- _Required action_
Begin at the first line of the records below and, please, give each line again exactly until the line with "v 0.9 15.059 0" is included.

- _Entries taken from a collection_
★ ★ ★ ★
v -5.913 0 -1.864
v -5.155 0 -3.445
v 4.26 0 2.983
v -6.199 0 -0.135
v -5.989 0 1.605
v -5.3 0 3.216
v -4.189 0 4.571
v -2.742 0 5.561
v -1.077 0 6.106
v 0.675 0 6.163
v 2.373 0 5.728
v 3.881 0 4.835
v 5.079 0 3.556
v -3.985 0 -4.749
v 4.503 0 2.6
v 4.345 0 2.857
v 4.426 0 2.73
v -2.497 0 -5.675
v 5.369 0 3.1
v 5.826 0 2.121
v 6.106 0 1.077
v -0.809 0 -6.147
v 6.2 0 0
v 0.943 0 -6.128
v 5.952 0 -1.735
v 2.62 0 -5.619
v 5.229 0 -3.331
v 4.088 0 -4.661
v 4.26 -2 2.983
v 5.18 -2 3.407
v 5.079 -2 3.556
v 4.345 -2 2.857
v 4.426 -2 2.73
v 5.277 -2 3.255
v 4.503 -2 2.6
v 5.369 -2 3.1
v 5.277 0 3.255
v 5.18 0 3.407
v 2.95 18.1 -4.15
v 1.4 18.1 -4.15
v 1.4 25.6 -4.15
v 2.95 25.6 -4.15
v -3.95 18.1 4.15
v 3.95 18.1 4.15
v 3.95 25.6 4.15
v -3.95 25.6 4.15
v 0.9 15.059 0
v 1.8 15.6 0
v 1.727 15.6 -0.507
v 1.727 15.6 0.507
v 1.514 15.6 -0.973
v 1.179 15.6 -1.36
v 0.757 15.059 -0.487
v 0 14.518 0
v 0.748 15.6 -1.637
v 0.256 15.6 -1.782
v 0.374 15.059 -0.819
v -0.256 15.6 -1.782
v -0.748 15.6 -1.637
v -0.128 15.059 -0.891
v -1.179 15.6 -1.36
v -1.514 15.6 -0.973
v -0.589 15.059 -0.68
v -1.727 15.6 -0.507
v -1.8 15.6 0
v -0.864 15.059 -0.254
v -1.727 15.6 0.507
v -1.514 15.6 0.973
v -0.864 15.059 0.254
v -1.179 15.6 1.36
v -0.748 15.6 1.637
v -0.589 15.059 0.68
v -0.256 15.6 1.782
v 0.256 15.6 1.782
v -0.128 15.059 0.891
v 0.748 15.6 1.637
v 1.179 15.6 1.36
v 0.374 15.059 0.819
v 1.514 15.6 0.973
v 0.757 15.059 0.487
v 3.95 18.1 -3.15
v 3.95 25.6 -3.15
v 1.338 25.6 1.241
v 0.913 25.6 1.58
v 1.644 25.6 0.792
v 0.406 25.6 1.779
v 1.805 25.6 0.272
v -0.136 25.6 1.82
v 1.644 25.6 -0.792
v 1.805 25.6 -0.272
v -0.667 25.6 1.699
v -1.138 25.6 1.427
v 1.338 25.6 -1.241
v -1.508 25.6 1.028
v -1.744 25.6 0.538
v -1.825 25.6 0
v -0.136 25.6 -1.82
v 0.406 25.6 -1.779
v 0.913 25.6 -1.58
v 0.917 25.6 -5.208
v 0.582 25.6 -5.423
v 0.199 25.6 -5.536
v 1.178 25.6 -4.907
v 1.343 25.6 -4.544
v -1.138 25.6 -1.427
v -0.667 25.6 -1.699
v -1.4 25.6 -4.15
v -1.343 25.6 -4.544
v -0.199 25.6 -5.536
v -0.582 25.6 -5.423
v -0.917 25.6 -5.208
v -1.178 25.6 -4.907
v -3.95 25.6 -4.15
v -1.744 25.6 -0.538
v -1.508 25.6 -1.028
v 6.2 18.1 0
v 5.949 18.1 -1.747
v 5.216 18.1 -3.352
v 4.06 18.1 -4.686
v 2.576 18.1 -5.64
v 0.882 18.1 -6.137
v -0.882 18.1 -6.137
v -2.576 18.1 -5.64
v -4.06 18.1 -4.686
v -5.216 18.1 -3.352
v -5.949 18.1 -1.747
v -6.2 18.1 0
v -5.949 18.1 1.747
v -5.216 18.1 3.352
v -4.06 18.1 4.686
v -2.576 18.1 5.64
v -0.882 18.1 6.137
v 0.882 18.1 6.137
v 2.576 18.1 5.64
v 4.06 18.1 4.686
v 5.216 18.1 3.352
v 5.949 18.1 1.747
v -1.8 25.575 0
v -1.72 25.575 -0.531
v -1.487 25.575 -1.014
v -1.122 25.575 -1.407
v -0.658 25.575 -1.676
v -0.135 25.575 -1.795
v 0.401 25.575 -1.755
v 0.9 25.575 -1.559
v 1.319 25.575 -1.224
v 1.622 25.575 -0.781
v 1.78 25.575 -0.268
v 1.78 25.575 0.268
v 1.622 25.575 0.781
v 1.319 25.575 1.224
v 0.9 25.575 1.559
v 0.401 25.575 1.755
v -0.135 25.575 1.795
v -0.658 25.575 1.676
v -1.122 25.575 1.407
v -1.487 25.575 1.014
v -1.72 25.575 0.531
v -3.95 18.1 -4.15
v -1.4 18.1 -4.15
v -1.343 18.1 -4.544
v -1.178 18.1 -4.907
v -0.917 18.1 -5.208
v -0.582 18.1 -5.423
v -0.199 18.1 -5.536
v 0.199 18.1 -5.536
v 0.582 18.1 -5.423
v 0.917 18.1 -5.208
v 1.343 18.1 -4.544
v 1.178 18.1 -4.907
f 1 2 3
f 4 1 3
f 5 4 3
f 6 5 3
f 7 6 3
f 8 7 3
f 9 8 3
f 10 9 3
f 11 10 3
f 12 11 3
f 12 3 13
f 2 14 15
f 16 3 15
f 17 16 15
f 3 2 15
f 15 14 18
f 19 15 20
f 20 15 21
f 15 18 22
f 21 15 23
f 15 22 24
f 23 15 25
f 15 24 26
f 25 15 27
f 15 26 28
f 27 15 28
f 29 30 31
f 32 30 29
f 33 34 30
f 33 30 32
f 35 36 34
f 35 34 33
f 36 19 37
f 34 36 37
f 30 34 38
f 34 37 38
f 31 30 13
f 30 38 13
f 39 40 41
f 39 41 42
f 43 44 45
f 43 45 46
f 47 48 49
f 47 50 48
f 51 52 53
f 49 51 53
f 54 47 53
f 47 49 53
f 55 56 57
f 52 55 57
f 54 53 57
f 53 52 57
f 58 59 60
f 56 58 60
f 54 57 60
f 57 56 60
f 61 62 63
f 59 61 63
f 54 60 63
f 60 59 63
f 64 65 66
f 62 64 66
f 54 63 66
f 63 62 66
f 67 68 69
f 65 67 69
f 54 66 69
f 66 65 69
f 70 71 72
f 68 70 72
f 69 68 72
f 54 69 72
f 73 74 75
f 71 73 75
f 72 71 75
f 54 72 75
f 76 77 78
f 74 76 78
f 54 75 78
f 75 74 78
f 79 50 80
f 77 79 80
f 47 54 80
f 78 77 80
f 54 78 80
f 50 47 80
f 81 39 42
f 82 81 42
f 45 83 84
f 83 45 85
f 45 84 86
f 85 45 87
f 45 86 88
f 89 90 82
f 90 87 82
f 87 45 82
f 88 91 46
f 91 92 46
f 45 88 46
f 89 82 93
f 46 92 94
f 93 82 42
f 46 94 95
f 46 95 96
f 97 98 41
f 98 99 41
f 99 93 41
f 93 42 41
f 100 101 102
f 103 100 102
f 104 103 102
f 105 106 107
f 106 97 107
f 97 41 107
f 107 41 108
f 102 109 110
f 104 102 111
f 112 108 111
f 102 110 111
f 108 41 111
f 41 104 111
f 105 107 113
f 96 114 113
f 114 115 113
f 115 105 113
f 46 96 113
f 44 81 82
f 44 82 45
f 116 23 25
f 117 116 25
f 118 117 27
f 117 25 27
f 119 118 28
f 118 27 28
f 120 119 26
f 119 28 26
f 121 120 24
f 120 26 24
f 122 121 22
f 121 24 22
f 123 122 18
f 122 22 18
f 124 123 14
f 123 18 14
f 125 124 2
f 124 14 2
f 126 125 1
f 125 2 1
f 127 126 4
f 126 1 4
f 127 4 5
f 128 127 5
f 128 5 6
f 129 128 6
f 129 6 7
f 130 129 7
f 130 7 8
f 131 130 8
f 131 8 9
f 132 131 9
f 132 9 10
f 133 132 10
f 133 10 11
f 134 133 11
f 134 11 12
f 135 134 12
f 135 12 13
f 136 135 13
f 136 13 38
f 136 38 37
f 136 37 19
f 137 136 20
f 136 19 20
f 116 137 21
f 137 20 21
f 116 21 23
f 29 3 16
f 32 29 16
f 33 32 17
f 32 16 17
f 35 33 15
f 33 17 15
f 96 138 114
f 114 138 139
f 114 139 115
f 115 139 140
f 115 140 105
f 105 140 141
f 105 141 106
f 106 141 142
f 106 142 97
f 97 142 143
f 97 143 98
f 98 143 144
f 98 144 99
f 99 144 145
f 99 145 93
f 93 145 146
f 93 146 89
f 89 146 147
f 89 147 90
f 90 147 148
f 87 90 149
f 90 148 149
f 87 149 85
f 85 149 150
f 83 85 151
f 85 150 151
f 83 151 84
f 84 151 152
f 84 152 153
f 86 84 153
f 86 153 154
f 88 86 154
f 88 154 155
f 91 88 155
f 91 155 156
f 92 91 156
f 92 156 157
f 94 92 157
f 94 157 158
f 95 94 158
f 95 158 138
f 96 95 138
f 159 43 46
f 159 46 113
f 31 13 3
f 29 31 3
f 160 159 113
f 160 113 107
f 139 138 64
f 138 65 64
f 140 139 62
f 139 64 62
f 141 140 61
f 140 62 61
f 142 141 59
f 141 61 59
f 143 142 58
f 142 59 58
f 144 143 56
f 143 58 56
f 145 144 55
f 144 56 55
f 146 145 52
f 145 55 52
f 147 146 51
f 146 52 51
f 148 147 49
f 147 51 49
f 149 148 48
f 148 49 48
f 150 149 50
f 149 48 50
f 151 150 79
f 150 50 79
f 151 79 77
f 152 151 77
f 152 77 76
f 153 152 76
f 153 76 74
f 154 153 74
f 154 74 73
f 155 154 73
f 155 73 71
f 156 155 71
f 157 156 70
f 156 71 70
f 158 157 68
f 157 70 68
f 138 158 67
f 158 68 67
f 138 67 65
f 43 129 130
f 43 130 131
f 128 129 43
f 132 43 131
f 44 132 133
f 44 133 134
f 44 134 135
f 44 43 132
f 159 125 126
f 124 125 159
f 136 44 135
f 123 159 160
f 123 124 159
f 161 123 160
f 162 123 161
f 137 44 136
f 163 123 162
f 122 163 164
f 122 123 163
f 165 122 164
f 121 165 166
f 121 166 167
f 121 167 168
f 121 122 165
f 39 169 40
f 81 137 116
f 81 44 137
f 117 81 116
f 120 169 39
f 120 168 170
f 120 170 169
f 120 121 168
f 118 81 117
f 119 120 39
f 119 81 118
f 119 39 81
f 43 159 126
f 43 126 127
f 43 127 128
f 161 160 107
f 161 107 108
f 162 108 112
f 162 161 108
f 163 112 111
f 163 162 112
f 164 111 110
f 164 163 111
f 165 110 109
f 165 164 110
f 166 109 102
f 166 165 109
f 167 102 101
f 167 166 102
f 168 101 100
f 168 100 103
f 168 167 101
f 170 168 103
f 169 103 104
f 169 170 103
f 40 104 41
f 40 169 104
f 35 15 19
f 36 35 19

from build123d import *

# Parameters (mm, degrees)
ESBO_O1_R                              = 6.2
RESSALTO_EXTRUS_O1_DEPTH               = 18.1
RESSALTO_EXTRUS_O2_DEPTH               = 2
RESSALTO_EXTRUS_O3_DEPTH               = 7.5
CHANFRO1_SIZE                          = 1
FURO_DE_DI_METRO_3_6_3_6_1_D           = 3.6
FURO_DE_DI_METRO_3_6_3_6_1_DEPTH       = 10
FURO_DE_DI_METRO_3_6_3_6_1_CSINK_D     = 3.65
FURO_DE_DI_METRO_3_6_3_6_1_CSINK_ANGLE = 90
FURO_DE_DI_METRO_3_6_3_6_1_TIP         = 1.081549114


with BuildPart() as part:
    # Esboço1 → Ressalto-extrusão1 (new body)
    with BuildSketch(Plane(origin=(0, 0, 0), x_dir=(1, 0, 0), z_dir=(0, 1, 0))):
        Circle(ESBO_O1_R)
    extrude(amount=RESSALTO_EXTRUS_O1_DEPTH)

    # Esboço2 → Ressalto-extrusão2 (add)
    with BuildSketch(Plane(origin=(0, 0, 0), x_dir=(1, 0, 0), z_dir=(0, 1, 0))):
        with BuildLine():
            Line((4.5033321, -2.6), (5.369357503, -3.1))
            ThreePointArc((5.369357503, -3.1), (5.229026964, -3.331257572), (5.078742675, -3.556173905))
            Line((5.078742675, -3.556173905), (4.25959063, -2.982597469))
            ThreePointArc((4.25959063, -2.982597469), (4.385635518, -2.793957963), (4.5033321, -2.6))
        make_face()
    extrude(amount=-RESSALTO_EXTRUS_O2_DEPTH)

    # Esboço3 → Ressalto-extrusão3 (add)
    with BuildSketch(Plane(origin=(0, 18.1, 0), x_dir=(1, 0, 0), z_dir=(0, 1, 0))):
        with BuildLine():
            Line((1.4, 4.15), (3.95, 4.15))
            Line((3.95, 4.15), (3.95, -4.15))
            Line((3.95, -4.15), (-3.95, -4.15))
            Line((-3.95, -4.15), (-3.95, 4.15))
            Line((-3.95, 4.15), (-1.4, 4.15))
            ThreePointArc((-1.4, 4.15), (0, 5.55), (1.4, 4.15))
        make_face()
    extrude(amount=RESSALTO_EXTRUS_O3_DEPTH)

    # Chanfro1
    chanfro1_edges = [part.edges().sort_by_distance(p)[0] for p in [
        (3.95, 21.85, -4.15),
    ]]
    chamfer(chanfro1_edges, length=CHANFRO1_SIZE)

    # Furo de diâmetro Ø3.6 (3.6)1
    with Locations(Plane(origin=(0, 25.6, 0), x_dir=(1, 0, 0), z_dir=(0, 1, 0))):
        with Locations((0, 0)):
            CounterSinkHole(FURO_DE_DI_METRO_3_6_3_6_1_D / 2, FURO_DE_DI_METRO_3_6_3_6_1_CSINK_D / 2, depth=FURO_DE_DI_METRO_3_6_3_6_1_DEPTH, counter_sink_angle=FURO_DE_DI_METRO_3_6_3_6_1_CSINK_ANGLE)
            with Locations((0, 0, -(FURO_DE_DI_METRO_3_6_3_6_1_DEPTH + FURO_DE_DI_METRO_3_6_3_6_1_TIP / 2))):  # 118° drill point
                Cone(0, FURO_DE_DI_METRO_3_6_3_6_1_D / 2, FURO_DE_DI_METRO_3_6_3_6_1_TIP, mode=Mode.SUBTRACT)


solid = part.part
★ ★ ★ ★
- _Response area_
v -5.913 0 -1.864
v -5.155 0 -3.445
v 4.26 0 2.983
v -6.199 0 -0.135
v -5.989 0 1.605
v -5.3 0 3.216
v -4.189 0 4.571
v -2.742 0 5.561
v -1.077 0 6.106
v 0.675 0 6.163
v 2.373 0 5.728
v 3.881 0 4.835
v 5.079 0 3.556
v -3.985 0 -4.749
v 4.503 0 2.6
v 4.345 0 2.857
v 4.426 0 2.73
v -2.497 0 -5.675
v 5.369 0 3.1
v 5.826 0 2.121
v 6.106 0 1.077
v -0.809 0 -6.147
v 6.2 0 0
v 0.943 0 -6.128
v 5.952 0 -1.735
v 2.62 0 -5.619
v 5.229 0 -3.331
v 4.088 0 -4.661
v 4.26 -2 2.983
v 5.18 -2 3.407
v 5.079 -2 3.556
v 4.345 -2 2.857
v 4.426 -2 2.73
v 5.277 -2 3.255
v 4.503 -2 2.6
v 5.369 -2 3.1
v 5.277 0 3.255
v 5.18 0 3.407
v 2.95 18.1 -4.15
v 1.4 18.1 -4.15
v 1.4 25.6 -4.15
v 2.95 25.6 -4.15
v -3.95 18.1 4.15
v 3.95 18.1 4.15
v 3.95 25.6 4.15
v -3.95 25.6 4.15
v 0.9 15.059 0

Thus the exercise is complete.